8 behaviors that could sabotage your career
Trust me, women have more fear-based thoughts than men.
- Do you lack technical skills? This is a lack of education or experience and has nothing to do with fear. Great employees (who move up) are constantly looking for opportunities to improve their skill set.
- Do you have trouble accepting feedback? If you battle a fear of not being good enough, you usually can't handle feedback and may even get offended or hurt by it. In the workplace, it is critical that you are open to any and all feedback that could help you learn and grow. Feedback happens to serve you and does not diminish your value as a person (because nothing can). You are the same you with the same value no matter what feedback you get. Great employees are in trust about their absolute value, which allows them to accept constructive feedback and even ask for it. Being confident enough to recieve good feedback can launch you forward.
- Are you negative about people or the company? A subconscious fear of failure or loss can cause you to complain, blame and focus on the negative in everything around you. When you aren't happy with yourself, you tend to focus on the bad in others to distract yourself from your own faults or misfortunes. The worse you feel about yourself, the worse your attitude at work. You must fight the urge to think out loud and verbalize everything you think. Try talking less, listening more and focusing on the positive.
- Do you hesitate to take initiative or stick your neck out? Both a fear of failure and a fear of loss can cause you to stop taking risks, keep your ideas to yourself and just do the minimum to stay under the radar. This tactic might feel safe but it won't open doors for you. Also watch for feeling entitled to promotions just because you've been there awhile. Promotions are given to those who take initiative, stretch out of their comfort zone and go above and beyond the call of duty.
- Do you believe in yourself? If you don't believe in yourself and are afraid you don't cut it, others will pick up on this and they won't believe in you either. This is obviously a fear of failure problem.
- Are you overly dramatic, emotional or not professional at work? If your insecurities cause tears, breakdowns or emotional scenes at work, this is going to hold you back. This behavior is unprofessional and makes people lose respect for you. If you bring your personal problems to work or are easily offended, you may need to get some professional help. Don't expect your co-workers to be your therapist.
- Do you get along with other people? Your ability to create good relationships is what drives your value at work. If you create people problems or always end up in the middle of them, this diminishes your value to your employer.

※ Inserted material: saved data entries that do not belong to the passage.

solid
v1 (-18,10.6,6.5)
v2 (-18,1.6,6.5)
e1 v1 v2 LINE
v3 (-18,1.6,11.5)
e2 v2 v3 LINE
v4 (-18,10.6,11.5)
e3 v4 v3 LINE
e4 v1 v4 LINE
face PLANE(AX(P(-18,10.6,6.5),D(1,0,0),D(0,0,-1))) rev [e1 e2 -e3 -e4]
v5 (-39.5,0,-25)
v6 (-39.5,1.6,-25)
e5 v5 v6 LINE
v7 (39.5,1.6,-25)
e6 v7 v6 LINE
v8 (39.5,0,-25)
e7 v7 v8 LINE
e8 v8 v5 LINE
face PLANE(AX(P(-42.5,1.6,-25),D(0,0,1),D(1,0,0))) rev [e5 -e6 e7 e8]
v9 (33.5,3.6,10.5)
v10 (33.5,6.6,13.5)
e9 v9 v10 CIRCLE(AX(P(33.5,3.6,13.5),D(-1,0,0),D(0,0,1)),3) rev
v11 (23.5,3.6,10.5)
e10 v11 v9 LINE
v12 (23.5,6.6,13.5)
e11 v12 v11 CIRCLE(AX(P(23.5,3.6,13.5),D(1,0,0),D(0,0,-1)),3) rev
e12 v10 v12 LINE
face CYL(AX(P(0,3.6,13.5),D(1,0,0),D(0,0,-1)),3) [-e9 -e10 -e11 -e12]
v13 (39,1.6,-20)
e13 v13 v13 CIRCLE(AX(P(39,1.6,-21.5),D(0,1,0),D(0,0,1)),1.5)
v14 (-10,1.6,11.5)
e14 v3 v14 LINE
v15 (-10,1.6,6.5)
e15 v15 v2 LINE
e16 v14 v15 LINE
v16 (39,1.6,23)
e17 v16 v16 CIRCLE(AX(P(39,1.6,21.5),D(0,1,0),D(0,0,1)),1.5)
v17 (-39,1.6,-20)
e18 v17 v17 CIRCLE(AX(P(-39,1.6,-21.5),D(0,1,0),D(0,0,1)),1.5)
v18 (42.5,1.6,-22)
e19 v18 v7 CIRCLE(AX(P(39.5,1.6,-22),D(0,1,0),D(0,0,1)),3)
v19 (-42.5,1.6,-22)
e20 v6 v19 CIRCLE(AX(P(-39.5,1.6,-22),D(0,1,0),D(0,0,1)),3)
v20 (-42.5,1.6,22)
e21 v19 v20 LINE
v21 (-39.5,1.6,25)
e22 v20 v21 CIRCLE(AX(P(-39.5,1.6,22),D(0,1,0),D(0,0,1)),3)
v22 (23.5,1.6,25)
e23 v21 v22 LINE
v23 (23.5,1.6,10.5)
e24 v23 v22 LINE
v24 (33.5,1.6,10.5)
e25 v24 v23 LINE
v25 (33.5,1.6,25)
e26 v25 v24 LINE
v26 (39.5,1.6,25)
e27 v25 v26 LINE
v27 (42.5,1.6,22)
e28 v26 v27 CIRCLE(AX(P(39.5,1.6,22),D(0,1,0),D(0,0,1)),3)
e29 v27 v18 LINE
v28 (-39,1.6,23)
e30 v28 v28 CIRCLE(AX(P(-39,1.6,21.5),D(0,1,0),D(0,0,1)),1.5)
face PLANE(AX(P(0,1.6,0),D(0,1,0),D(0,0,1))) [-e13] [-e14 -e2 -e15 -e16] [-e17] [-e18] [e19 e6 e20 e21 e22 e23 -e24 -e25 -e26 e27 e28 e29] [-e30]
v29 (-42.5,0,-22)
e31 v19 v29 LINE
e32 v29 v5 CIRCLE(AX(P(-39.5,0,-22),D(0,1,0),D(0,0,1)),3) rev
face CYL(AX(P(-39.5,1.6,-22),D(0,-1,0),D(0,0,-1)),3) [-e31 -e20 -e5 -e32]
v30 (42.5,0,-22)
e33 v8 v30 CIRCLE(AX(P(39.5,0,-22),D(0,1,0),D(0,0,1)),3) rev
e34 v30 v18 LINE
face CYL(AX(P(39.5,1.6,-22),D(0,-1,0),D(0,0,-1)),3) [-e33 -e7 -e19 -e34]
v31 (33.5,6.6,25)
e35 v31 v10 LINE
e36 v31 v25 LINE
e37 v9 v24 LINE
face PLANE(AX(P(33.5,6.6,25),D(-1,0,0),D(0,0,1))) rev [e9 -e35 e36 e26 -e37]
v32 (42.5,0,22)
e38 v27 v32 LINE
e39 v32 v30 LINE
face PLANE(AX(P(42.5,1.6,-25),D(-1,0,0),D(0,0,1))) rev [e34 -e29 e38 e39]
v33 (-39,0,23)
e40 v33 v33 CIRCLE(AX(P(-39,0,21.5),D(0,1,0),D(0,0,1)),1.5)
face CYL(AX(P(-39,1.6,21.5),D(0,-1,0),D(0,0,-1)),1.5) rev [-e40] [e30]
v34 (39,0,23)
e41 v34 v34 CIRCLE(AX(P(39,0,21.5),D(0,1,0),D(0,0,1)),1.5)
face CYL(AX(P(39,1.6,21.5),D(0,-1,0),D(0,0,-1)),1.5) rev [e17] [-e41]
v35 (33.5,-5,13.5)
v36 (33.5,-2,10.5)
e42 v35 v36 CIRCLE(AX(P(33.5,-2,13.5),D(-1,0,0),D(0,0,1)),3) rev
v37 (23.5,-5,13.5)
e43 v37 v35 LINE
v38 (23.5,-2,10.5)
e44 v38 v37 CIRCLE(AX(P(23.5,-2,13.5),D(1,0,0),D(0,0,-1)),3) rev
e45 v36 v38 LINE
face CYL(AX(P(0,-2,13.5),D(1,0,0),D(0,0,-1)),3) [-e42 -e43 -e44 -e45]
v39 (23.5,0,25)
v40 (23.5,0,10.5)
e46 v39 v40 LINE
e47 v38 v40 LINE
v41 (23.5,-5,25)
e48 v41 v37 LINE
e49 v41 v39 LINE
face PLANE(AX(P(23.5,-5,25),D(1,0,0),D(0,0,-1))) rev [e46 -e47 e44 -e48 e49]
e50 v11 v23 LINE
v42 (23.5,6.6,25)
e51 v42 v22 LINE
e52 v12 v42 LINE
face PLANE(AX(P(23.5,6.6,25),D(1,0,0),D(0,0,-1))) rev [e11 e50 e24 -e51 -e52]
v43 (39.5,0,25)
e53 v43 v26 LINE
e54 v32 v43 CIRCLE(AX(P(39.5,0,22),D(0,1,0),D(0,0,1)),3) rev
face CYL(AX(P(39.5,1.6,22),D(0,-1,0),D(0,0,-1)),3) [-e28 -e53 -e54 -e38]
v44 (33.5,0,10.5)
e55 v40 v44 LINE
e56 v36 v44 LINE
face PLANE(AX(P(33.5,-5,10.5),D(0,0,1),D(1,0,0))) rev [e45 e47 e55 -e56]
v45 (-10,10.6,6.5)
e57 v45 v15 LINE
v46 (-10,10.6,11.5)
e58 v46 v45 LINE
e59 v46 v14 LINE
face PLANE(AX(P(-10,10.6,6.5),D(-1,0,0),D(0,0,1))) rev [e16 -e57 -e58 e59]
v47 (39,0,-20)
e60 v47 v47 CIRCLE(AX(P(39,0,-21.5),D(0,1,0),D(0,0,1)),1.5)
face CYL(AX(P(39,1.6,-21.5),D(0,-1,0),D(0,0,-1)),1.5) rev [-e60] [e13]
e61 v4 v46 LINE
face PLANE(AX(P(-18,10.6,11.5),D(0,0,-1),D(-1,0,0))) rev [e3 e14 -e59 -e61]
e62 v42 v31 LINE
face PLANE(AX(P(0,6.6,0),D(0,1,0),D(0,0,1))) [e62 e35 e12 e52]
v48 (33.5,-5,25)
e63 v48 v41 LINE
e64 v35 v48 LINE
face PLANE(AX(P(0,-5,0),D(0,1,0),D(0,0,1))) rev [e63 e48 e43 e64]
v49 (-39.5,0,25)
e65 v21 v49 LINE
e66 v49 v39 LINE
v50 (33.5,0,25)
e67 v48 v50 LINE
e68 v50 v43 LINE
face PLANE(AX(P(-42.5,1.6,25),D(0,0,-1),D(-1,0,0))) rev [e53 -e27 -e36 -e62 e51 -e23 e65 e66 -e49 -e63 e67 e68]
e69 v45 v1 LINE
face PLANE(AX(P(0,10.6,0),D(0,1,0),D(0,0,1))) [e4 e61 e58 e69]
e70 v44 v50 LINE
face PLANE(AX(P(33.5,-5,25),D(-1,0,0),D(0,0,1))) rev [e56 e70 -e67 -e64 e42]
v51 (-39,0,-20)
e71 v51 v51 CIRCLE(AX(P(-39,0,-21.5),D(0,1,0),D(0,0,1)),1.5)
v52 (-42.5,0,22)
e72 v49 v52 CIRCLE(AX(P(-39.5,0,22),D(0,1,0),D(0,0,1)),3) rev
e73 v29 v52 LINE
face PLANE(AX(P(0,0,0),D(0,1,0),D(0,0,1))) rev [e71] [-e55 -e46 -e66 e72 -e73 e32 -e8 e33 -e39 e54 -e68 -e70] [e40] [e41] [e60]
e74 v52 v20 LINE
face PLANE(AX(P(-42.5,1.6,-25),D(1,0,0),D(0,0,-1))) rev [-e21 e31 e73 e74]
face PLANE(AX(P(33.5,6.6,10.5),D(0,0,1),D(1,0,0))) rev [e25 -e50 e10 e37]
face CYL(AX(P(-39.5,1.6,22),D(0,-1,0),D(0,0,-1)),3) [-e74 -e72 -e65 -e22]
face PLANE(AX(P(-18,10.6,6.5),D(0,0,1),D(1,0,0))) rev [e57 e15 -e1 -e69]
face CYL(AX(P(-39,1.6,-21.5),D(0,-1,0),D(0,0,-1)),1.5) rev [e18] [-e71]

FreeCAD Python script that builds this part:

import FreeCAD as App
import Part
import Sketcher


def edges_at(feature, points):
    """Names of the edges that pass closest to the given points."""
    edges = feature.Shape.Edges
    near = lambda p: min(range(len(edges)), key=lambda i: edges[i].distToShape(Part.Vertex(*p))[0])
    return sorted({f"Edge{near(p) + 1}" for p in points})

doc = App.newDocument("Part")
body = doc.addObject("PartDesign::Body", "Body")

# Sketch on XZ plane
sketch1 = body.newObject("Sketcher::SketchObject", "Sketch")
sketch1.AttachmentSupport = (doc.getObject("XZ_Plane"), [""])
sketch1.MapMode = "FlatFace"
sketch1.addGeometry([
    Part.LineSegment(App.Vector(-42.5, -25, 0), App.Vector(-42.5, 25, 0)),  # 0
    Part.LineSegment(App.Vector(-42.5, 25, 0), App.Vector(42.5, 25, 0)),  # 1
    Part.LineSegment(App.Vector(42.5, 25, 0), App.Vector(42.5, -25, 0)),  # 2
    Part.LineSegment(App.Vector(42.5, -25, 0), App.Vector(-42.5, -25, 0)),  # 3
    Part.Circle(App.Vector(-39, 21.5, 0), App.Vector(0, 0, 1), 1.5),  # 4
    Part.Circle(App.Vector(39, 21.5, 0), App.Vector(0, 0, 1), 1.5),  # 5
    Part.Circle(App.Vector(-39, -21.5, 0), App.Vector(0, 0, 1), 1.5),  # 6
    Part.Circle(App.Vector(39, -21.5, 0), App.Vector(0, 0, 1), 1.5),  # 7
], False)
sketch1.addConstraint([
    Sketcher.Constraint("Coincident", 0, 2, 1, 1),
    Sketcher.Constraint("Coincident", 1, 2, 2, 1),
    Sketcher.Constraint("Coincident", 2, 2, 3, 1),
    Sketcher.Constraint("Coincident", 3, 2, 0, 1),
    Sketcher.Constraint("Vertical", 0),
    Sketcher.Constraint("Horizontal", 1),
    Sketcher.Constraint("Vertical", 2),
    Sketcher.Constraint("Horizontal", 3),
    Sketcher.Constraint("Equal", 4, 5),
    Sketcher.Constraint("Equal", 5, 6),
    Sketcher.Constraint("Equal", 6, 7),
    Sketcher.Constraint("Symmetric", 5, 3, 6, 3, -1, 1),
    Sketcher.Constraint("Symmetric", 4, 3, 7, 3, -1, 1),
    Sketcher.Constraint("Symmetric", 0, 2, 2, 2, -1, 1),
    Sketcher.Constraint("Symmetric", 4, 3, 5, 3, -2),
    Sketcher.Constraint("Diameter", 4, 3.0),
    Sketcher.Constraint("DistanceX", 1, 1, 1, 2, 85.0),
    Sketcher.Constraint("DistanceY", 0, 1, 0, 2, 50.0),
    Sketcher.Constraint("DistanceX", 4, 3, -1, 1, 39.0),
    Sketcher.Constraint("DistanceY", 6, 3, 4, 3, 43.0),
])
pad1 = body.newObject("PartDesign::Pad", "Pad")
pad1.Profile = sketch1
pad1.Length = 1.6
pad1.Reversed = True
doc.recompute()

fillet = body.newObject("PartDesign::Fillet", "Fillet")
fillet.Base = (pad1, edges_at(pad1, [
    (42.5, 0.8, 25),
    (-42.5, 0.8, 25),
    (-42.5, 0.8, -25),
    (42.5, 0.8, -25),
]))
fillet.Radius = 3

# Sketch on XZ plane
sketch2 = body.newObject("Sketcher::SketchObject", "Sketch001")
sketch2.AttachmentSupport = (doc.getObject("XZ_Plane"), [""])
sketch2.MapMode = "FlatFace"
sketch2.AttachmentOffset = App.Placement(App.Vector(0, 0, -1.6), App.Rotation())
sketch2.addGeometry([
    Part.LineSegment(App.Vector(24, 10, 0), App.Vector(24, 25, 0)),
    Part.LineSegment(App.Vector(24, 25, 0), App.Vector(34, 25, 0)),
    Part.LineSegment(App.Vector(34, 25, 0), App.Vector(34, 10, 0)),
    Part.LineSegment(App.Vector(34, 10, 0), App.Vector(24, 10, 0)),
], False)
sketch2.addConstraint([
    Sketcher.Constraint("Coincident", 0, 2, 1, 1),
    Sketcher.Constraint("Coincident", 1, 2, 2, 1),
    Sketcher.Constraint("Coincident", 2, 2, 3, 1),
    Sketcher.Constraint("Coincident", 3, 2, 0, 1),
    Sketcher.Constraint("Vertical", 0),
    Sketcher.Constraint("Horizontal", 1),
    Sketcher.Constraint("Vertical", 2),
    Sketcher.Constraint("Horizontal", 3),
    Sketcher.Constraint("DistanceX", 1, 1, 1, 2, 10.0),
    Sketcher.Constraint("DistanceY", 0, 1, 0, 2, 14.5),
    Sketcher.Constraint("DistanceY", -1, 1, 0, 2, 25.0),
    Sketcher.Constraint("DistanceX", -1, 1, 0, 2, 23.5),
])
pad2 = body.newObject("PartDesign::Pad", "Pad001")
pad2.Profile = sketch2
pad2.Length = 5
pad2.Reversed = True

If you lack people skills, I suggest you seek out some training to improve them. Up your communication skills and learn how to handle tough conversations with confidence. A good life coach or counselor can help you do this.
- Do you create more problems than you solve? If you create more problems than you solve, you days are numbered there. They can't afford to keep you on staff if your drama affects productivity (which it always does.) Great employees understand they are there to serve their employer and their value lies in the quality of that service. If you want to rise through the ranks, focus on what you are giving and contributing to productivity on a daily basis. Be a problem solver, not a problem creator.
- Ignore them as much as possible. Stay away from people who gossip or have a negative attitude at work. The less attention you give these people the better. Attention only validates them and encourages more of it. Let them know that you are busy working and don't have time to talk. After awhile they should get the hint that you aren't interested.
- If they don't get the hint, you may need to have a validating conversation about it. There is a worksheet on my website on the resources page explaining how to handle these difficult conversations. If you can come from a place of caring (without judgment) you might be able to help them see their inappropriate behavior without creating more drama in the process.
- If you are attacked by an angry or upset co-worker, ask for some time to process their complaint before responding. This will prevent you from reacting and saying things you may regret. It will also give you time to step back and see the person and their situation accurately. Remember that most attacks are more about their fears (of failure and loss) than they are about you. Also remember that this person cannot actually hurt or diminish you because your value is infinite and absolute. Try the "To Be or Not To Be Upset Worksheet" on my website resources to help with this.